Well, we have a plot of every dimmer and whats where..
We don't have a CAD drawing of our plot and we rarley move anything
and an inventory, that would have come in handy this summer when my department director was wondering what happened to certain these fixtures,
happens to be they went missing when our bond project was in full swing.
:neutral:
I'll have to get in there and get to work then.
Any other Ideas?


----------



## avkid (Aug 27, 2007)

Oobleck1441 said:


> Hello Everyone!
> Schools starting up again and that means alot of things for me,
> but only one maybe someone can help me with!
> I'm am now officially the "House Manager" for the school Aud.

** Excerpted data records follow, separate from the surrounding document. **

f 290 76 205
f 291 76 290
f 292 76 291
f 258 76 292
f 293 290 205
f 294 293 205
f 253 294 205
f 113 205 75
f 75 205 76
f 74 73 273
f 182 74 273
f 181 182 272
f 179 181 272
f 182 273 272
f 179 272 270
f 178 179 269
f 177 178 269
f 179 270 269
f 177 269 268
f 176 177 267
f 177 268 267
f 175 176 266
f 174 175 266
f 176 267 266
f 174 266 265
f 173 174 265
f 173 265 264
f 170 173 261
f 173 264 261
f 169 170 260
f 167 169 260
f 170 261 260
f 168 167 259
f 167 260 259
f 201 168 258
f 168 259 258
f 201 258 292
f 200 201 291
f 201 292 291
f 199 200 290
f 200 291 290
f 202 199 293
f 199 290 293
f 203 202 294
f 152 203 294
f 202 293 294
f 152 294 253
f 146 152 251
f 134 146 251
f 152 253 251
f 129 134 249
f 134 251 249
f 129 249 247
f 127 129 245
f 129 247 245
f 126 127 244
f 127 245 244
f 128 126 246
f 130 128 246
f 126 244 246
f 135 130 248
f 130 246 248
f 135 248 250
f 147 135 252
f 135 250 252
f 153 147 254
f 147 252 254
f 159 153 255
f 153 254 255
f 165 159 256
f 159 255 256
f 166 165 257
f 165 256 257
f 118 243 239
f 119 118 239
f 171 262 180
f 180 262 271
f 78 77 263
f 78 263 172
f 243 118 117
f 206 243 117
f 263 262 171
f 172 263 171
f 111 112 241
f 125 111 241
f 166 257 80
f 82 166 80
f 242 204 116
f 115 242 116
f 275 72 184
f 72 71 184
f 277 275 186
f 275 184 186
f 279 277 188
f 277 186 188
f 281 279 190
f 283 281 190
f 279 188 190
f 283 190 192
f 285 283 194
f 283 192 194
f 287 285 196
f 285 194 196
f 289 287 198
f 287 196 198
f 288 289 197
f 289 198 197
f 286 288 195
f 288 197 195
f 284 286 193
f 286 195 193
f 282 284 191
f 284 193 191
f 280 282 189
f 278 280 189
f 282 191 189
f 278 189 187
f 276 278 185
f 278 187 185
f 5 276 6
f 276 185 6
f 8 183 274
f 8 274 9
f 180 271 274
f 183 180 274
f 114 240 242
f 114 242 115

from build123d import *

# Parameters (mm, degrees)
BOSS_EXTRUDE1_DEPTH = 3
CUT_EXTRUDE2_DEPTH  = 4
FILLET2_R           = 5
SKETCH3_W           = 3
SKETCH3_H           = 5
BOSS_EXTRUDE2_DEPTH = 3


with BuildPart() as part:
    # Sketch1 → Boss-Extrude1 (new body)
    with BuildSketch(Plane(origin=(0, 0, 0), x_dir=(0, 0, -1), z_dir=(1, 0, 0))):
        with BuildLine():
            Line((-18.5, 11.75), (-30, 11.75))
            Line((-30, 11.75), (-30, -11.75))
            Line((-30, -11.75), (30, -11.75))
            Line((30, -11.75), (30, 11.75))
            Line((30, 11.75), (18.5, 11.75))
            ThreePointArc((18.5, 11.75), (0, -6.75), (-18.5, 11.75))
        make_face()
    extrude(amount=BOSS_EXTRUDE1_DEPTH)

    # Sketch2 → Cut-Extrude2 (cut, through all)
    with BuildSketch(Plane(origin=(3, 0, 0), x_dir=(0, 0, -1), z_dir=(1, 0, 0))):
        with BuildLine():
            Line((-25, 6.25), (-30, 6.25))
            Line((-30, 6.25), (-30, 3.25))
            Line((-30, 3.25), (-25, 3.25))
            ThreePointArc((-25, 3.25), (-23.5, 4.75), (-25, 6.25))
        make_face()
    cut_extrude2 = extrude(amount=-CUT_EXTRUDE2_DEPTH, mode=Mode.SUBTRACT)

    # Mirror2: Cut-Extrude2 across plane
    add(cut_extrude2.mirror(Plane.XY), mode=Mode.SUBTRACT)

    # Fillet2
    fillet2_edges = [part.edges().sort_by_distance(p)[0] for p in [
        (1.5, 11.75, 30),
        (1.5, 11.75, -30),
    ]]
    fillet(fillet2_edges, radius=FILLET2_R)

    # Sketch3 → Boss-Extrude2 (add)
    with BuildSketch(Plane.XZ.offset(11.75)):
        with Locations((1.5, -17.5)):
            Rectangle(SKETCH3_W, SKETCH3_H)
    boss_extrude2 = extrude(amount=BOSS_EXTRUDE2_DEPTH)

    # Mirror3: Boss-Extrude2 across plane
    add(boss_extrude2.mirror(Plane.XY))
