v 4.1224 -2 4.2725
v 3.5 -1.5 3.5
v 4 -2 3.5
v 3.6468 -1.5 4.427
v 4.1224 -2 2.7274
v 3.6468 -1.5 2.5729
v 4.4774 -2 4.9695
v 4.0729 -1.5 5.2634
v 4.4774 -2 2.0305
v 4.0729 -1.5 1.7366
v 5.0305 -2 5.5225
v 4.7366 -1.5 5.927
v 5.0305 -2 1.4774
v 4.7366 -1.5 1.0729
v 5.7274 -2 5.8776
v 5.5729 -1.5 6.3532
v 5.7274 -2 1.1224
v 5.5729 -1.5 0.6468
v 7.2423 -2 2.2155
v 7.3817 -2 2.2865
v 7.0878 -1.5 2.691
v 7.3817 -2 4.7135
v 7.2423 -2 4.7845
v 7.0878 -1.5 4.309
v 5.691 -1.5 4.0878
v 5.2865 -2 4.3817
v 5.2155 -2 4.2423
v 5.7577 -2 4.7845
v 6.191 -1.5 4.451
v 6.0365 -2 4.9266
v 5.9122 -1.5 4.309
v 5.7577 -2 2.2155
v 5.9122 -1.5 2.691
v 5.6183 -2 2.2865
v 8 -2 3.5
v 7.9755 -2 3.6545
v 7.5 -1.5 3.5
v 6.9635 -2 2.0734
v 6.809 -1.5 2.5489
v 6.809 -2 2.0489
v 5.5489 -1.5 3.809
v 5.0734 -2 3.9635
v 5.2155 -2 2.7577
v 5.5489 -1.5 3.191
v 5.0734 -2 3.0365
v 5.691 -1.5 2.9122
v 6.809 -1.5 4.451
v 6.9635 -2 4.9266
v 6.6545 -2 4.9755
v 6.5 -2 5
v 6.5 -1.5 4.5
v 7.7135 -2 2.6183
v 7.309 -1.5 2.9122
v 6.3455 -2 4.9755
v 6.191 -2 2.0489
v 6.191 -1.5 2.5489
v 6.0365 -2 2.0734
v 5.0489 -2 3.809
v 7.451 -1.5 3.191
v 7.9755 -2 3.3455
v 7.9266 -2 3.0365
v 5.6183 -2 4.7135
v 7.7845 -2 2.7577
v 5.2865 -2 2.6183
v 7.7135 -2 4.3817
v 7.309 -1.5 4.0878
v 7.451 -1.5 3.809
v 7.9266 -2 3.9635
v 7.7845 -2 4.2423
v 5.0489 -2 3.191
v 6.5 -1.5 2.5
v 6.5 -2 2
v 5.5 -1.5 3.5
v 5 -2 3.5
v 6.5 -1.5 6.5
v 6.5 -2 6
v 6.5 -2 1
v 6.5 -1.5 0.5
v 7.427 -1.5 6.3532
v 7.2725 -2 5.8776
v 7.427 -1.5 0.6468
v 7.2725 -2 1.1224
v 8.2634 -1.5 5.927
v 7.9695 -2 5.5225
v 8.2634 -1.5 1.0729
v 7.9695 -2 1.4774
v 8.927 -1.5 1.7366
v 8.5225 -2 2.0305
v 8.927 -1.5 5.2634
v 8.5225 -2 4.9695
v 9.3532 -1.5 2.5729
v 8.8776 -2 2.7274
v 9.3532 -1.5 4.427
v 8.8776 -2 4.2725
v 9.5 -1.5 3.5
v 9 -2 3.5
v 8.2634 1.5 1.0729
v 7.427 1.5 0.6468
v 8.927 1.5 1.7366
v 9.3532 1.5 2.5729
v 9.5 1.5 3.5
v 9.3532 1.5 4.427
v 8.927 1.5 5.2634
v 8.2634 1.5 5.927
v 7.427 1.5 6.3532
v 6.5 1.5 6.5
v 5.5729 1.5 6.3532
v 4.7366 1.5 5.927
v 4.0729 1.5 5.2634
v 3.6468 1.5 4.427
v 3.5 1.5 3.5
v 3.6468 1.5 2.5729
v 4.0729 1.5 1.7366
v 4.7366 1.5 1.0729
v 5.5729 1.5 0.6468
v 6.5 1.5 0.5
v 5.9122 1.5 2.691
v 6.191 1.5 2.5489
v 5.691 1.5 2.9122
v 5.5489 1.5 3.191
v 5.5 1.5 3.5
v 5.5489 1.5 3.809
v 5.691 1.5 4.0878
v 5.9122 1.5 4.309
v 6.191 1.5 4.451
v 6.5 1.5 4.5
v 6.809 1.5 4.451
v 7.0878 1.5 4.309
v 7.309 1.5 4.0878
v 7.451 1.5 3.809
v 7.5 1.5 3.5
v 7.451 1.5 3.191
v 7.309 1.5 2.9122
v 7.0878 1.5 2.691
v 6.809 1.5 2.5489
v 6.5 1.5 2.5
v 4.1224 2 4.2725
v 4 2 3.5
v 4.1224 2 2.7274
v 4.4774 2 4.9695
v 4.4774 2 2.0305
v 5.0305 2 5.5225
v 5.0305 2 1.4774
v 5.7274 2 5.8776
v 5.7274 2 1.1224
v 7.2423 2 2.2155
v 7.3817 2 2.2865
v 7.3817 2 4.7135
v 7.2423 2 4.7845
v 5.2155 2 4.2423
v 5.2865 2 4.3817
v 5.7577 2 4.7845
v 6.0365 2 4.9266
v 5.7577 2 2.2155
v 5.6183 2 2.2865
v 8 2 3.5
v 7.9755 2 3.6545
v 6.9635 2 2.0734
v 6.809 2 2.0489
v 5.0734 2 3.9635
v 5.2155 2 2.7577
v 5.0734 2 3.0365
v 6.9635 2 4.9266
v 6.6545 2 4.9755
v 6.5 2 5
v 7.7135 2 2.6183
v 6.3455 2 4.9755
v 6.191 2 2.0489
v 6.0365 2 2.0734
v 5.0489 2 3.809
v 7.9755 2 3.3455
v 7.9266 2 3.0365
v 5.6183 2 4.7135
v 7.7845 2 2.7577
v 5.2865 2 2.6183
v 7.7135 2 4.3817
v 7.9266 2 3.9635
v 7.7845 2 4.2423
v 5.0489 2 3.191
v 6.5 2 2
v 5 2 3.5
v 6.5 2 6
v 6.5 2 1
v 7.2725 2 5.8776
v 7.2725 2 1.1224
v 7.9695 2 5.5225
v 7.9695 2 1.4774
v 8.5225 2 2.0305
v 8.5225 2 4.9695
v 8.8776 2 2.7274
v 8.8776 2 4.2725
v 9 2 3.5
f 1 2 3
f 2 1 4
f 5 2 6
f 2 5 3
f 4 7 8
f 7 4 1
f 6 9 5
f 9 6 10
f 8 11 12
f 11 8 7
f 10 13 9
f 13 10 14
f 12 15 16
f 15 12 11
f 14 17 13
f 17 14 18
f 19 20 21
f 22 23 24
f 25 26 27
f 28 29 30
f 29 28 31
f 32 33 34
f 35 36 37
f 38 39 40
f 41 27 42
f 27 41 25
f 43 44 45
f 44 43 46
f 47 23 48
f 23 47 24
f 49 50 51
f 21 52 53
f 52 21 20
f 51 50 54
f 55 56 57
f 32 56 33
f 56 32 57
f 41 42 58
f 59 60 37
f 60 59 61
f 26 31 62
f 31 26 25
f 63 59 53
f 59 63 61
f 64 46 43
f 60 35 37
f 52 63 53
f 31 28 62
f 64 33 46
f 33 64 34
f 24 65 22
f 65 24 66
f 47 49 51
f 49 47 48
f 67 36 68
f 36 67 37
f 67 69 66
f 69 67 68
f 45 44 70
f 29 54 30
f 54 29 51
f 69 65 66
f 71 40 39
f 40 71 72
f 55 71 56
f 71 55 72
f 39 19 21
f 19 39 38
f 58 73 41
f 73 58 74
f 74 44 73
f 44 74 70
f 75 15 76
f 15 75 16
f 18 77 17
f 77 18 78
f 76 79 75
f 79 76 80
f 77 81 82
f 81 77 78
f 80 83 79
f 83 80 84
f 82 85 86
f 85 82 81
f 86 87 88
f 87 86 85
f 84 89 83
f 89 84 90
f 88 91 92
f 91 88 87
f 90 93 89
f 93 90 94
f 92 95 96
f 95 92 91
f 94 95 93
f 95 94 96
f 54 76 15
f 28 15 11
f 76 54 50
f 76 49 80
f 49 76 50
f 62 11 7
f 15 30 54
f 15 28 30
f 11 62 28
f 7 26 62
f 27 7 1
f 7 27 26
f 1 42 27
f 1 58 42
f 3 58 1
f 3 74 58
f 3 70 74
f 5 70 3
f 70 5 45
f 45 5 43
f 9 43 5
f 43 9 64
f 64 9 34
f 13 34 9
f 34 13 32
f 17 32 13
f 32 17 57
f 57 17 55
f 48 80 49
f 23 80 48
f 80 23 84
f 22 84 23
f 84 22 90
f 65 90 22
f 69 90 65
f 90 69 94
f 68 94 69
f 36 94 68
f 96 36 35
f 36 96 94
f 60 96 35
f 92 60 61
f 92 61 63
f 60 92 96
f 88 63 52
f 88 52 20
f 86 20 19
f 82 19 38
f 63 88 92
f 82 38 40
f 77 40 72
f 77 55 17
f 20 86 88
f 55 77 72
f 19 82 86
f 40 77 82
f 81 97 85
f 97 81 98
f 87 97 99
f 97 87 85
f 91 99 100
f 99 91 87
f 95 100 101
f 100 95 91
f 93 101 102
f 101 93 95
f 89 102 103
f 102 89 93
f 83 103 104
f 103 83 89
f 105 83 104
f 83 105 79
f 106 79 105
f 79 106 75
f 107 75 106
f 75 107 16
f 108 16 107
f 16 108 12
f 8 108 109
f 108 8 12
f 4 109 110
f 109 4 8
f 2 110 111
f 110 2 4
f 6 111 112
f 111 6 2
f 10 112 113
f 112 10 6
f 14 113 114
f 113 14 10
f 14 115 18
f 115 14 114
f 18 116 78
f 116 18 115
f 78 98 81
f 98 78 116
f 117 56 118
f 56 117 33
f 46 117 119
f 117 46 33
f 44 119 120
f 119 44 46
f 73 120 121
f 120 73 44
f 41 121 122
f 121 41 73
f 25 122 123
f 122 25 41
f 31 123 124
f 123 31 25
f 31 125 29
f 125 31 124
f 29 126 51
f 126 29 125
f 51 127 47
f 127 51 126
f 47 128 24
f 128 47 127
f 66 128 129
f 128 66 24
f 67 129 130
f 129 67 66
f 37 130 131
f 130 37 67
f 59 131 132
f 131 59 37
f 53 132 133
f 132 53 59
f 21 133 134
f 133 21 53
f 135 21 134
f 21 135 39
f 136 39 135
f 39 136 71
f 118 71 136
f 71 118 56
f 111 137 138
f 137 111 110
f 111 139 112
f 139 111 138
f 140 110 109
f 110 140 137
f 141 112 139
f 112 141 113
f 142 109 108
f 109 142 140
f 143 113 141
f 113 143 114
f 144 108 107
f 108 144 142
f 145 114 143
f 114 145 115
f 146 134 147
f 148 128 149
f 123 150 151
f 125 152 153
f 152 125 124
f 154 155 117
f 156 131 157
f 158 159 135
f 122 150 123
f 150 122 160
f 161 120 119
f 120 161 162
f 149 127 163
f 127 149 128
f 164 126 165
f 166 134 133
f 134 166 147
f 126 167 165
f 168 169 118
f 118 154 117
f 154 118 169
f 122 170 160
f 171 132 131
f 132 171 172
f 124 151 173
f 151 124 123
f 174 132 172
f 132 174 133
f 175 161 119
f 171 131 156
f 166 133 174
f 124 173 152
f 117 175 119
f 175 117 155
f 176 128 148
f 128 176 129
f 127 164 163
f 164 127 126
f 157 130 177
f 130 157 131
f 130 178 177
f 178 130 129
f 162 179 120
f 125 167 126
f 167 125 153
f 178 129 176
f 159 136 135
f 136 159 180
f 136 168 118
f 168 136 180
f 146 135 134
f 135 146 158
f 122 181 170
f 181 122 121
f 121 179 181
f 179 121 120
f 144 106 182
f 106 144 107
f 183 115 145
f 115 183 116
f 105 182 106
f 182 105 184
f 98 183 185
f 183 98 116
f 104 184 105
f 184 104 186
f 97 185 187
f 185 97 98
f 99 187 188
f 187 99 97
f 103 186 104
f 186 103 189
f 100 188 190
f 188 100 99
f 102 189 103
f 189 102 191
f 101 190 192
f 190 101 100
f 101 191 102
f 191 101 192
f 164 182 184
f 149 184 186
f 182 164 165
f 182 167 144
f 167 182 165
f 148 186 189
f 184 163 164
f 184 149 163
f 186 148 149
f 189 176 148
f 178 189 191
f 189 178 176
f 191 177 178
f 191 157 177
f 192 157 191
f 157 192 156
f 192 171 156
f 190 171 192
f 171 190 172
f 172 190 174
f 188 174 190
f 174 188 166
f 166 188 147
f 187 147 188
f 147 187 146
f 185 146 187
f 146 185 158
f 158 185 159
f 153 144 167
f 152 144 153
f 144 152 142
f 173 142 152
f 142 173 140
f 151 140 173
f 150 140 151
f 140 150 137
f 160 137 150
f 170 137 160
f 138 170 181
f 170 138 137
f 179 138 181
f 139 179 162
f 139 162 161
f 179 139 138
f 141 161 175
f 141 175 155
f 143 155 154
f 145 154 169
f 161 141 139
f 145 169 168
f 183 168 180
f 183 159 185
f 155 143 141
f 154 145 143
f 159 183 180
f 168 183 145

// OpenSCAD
 $fn = 20; 
// modul amdg_chamfered_logo nahackovan z:
//(c)2018-01-06 Alex Gibson: admg chamfered_logo text module
//Licence: Creative Commons [CC BY-SA 4.0]  https://creativecommons.org/licenses/by-sa/4.0/

module logo () {
	difference () {
	union () {
		translate ([1, 0.5, 0]) offset (delta = 0.5) { resize ([0,50,0],auto=true) import ("magirus.dxf"); }
		translate ([6.5,3.5,0]) circle (3);
		}
	translate ([6.5,3.5,0])  circle (1);
	}
}


module admg_chamfered_logo (text_depth,chamfer_depth,chamfer_width) {
	translate ([0,0,text_depth-chamfer_depth]) difference() {
		translate ([0,0,-(text_depth-chamfer_depth)]) linear_extrude (text_depth) logo () ;
		minkowski () {
			difference () {
				cube ([500,500,text_depth],center=true);
				translate ([0,0,-text_depth]) linear_extrude (text_depth*2) logo () ;
			}
			translate ([0,0,text_depth/2]) cylinder (chamfer_depth,0,chamfer_width);
		}
	}
}


module final () {
	admg_chamfered_logo(2,0.5,0.5);
	mirror ([0,0,1]) admg_chamfered_logo(2,0.5,0.5);
}

rotate ([90,0,0]) final ();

Get yourself a fitting title first.
House Manager
Definition: The person who oversees all aspects of the audience. The House Manager oversees the ushers and is in contact with the Stage Manager to to let them know about any audience delays for starting the show or ending intermission.
Trust me, I do this all the time.


----------



## Oobleck1441 (Aug 27, 2007)

avkid said:


> Get yourself a fitting title first.
> House Manager
> Definition: The person who oversees all aspects of the audience. The House Manager oversees the ushers and is in contact with the Stage Manager to to let them know about any audience delays for starting the show or ending intermission.
> Trust me, I do this all the time.



Well sorry i jsut used the Title thats on my check,
I gues you could say:
House Manager / Stage Manager / Everything else possible
You get my point, I just need some input


----------



## Charc (Aug 27, 2007)

Oobleck1441 said:


> Well sorry i jsut used the Title thats on my check,
> I gues you could say:
> House Manager / Stage Manager / Everything else possible
> You get my point, I just need some input



Check? In high school... grrrrrrrrrrrrrrrrrrrrrrrrrrrrrrrrrrrrrrrrr. 'Nough said.


----------



## avkid (Aug 27, 2007)

Oobleck1441 said:


> Well sorry i jsut used the Title thats on my check,
> I gues you could say:
> House Manager / Stage Manager / Everything else possible
> You get my point, I just need some input


Get out, we don't like you anymore!!

Seriously though, my check says pay to the order of Philip LaDue $xx.xx
Mmm...fancy checks.


----------



## Oobleck1441 (Aug 28, 2007)

charcoaldabs said:


> Check? In high school... grrrrrrrrrrrrrrrrrrrrrrrrrrrrrrrrrrrrrrrrr. 'Nough said.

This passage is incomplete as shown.